### WHAT NEEDS TO BE DONE
This exercise requires every record to be repeated exactly.

──────── SOURCE RECORDS ────────

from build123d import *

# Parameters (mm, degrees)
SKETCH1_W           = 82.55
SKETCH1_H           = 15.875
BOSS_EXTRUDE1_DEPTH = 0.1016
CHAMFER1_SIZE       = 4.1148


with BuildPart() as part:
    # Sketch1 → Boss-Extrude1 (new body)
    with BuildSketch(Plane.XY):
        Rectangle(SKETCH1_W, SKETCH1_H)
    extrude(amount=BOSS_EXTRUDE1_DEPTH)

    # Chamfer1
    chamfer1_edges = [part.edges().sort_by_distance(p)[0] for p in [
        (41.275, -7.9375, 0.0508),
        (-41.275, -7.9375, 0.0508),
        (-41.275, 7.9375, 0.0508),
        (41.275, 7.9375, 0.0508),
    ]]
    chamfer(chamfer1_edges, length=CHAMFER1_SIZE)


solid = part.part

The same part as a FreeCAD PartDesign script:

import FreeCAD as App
import Part
import Sketcher
from FreeCAD import Vector
Q = App.Units.Quantity


def edges_at(feature, points):
    """Names of the edges that pass closest to the given points."""
    edges = feature.Shape.Edges
    near = lambda p: min(range(len(edges)), key=lambda i: edges[i].distToShape(Part.Vertex(*p))[0])
    return sorted({f"Edge{near(p) + 1}" for p in points})

doc = App.newDocument("Part")
params = doc.addObject("Spreadsheet::Sheet", "Params")
for row, (alias, value) in enumerate([
    ("sketch1_width", "3.25 in"),
    ("sketch1_height", "0.625 in"),
    ("pad1_length", "0.004 in"),
    ("chamfer_size", "0.162 in"),
], start=1):
    params.set(f"A{row}", alias)
    params.set(f"B{row}", "=" + value)
    params.setAlias(f"B{row}", alias)

body = doc.addObject("PartDesign::Body", "Body")

sketch1 = body.newObject("Sketcher::SketchObject", "Sketch")
sketch1.AttachmentSupport = (doc.getObject("XY_Plane"), [""])
sketch1.MapMode = "FlatFace"
sketch1.addGeometry([
    Part.LineSegment(Vector(-41, 8, 0), Vector(-41, -8, 0)),
    Part.LineSegment(Vector(-41, -8, 0), Vector(41, -8, 0)),
    Part.LineSegment(Vector(41, -8, 0), Vector(41, 8, 0)),
    Part.LineSegment(Vector(41, 8, 0), Vector(-41, 8, 0)),
], False)
sketch1.addConstraint([
    Sketcher.Constraint("Coincident", 0, 2, 1, 1),
    Sketcher.Constraint("Coincident", 1, 2, 2, 1),
    Sketcher.Constraint("Coincident", 2, 2, 3, 1),
    Sketcher.Constraint("Coincident", 3, 2, 0, 1),
    Sketcher.Constraint("Vertical", 0),
    Sketcher.Constraint("Horizontal", 1),
    Sketcher.Constraint("Vertical", 2),
    Sketcher.Constraint("Horizontal", 3),
    Sketcher.Constraint("Symmetric", 0, 2, 2, 2, -1, 1),
    Sketcher.Constraint("DistanceX", 1, 1, 1, 2, Q("3.25 in")),
    Sketcher.Constraint("DistanceY", 0, 2, 0, 1, Q("0.625 in")),
])
sketch1.setExpression("Constraints[9]", "Params.sketch1_width")
sketch1.setExpression("Constraints[10]", "Params.sketch1_height")
pad1 = body.newObject("PartDesign::Pad", "Pad")
pad1.Profile = sketch1
pad1.setExpression("Length", "Params.pad1_length")
doc.recompute()

chamfer = body.newObject("PartDesign::Chamfer", "Chamfer")
chamfer.Base = (pad1, edges_at(pad1, [
    (41.275, -7.938, 0.051),
    (-41.275, -7.938, 0.051),
    (-41.275, 7.938, 0.051),
    (41.275, 7.938, 0.051),
]))
chamfer.setExpression("Size", "Params.chamfer_size")

doc.recompute()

────────

### OUTPUT OF THE TASK
from build123d import *

# Parameters (mm, degrees)
SKETCH1_W           = 82.55
SKETCH1_H           = 15.875
BOSS_EXTRUDE1_DEPTH = 0.1016
CHAMFER1_SIZE       = 4.1148


with BuildPart() as part:
    # Sketch1 → Boss-Extrude1 (new body)
    with BuildSketch(Plane.XY):
        Rectangle(SKETCH1_W, SKETCH1_H)
    extrude(amount=BOSS_EXTRUDE1_DEPTH)

    # Chamfer1
    chamfer1_edges = [part.edges().sort_by_distance(p)[0] for p in [
        (41.275, -7.9375, 0.0508),
        (-41.275, -7.9375, 0.0508),
        (-41.275, 7.9375, 0.0508),
        (41.275, 7.9375, 0.0508),
    ]]
    chamfer(chamfer1_edges, length=CHAMFER1_SIZE)


solid = part.part

The same part as a FreeCAD PartDesign script:

import FreeCAD as App
import Part
import Sketcher
from FreeCAD import Vector
Q = App.Units.Quantity


def edges_at(feature, points):
    """Names of the edges that pass closest to the given points."""
    edges = feature.Shape.Edges
    near = lambda p: min(range(len(edges)), key=lambda i: edges[i].distToShape(Part.Vertex(*p))[0])
    return sorted({f"Edge{near(p) + 1}" for p in points})

doc = App.newDocument("Part")
params = doc.addObject("Spreadsheet::Sheet", "Params")
for row, (alias, value) in enumerate([
    ("sketch1_width", "3.25 in"),
    ("sketch1_height", "0.625 in"),
    ("pad1_length", "0.004 in"),
    ("chamfer_size", "0.162 in"),
], start=1):
    params.set(f"A{row}", alias)
    params.set(f"B{row}", "=" + value)
    params.setAlias(f"B{row}", alias)

body = doc.addObject("PartDesign::Body", "Body")

sketch1 = body.newObject("Sketcher::SketchObject", "Sketch")
sketch1.AttachmentSupport = (doc.getObject("XY_Plane"), [""])
sketch1.MapMode = "FlatFace"
sketch1.addGeometry([
    Part.LineSegment(Vector(-41, 8, 0), Vector(-41, -8, 0)),
    Part.LineSegment(Vector(-41, -8, 0), Vector(41, -8, 0)),
    Part.LineSegment(Vector(41, -8, 0), Vector(41, 8, 0)),
    Part.LineSegment(Vector(41, 8, 0), Vector(-41, 8, 0)),
], False)
sketch1.addConstraint([
    Sketcher.Constraint("Coincident", 0, 2, 1, 1),
    Sketcher.Constraint("Coincident", 1, 2, 2, 1),
    Sketcher.Constraint("Coincident", 2, 2, 3, 1),
    Sketcher.Constraint("Coincident", 3, 2, 0, 1),
    Sketcher.Constraint("Vertical", 0),
    Sketcher.Constraint("Horizontal", 1),
    Sketcher.Constraint("Vertical", 2),
    Sketcher.Constraint("Horizontal", 3),
    Sketcher.Constraint("Symmetric", 0, 2, 2, 2, -1, 1),
    Sketcher.Constraint("DistanceX", 1, 1, 1, 2, Q("3.25 in")),
    Sketcher.Constraint("DistanceY", 0, 2, 0, 1, Q("0.625 in")),
])
sketch1.setExpression("Constraints[9]", "Params.sketch1_width")
sketch1.setExpression("Constraints[10]", "Params.sketch1_height")
pad1 = body.newObject("PartDesign::Pad", "Pad")
pad1.Profile = sketch1
pad1.setExpression("Length", "Params.pad1_length")
doc.recompute()

chamfer = body.newObject("PartDesign::Chamfer", "Chamfer")
chamfer.Base = (pad1, edges_at(pad1, [
    (41.275, -7.938, 0.051),
    (-41.275, -7.938, 0.051),
    (-41.275, 7.938, 0.051),
    (41.275, 7.938, 0.051),
]))
chamfer.setExpression("Size", "Params.chamfer_size")

doc.recompute()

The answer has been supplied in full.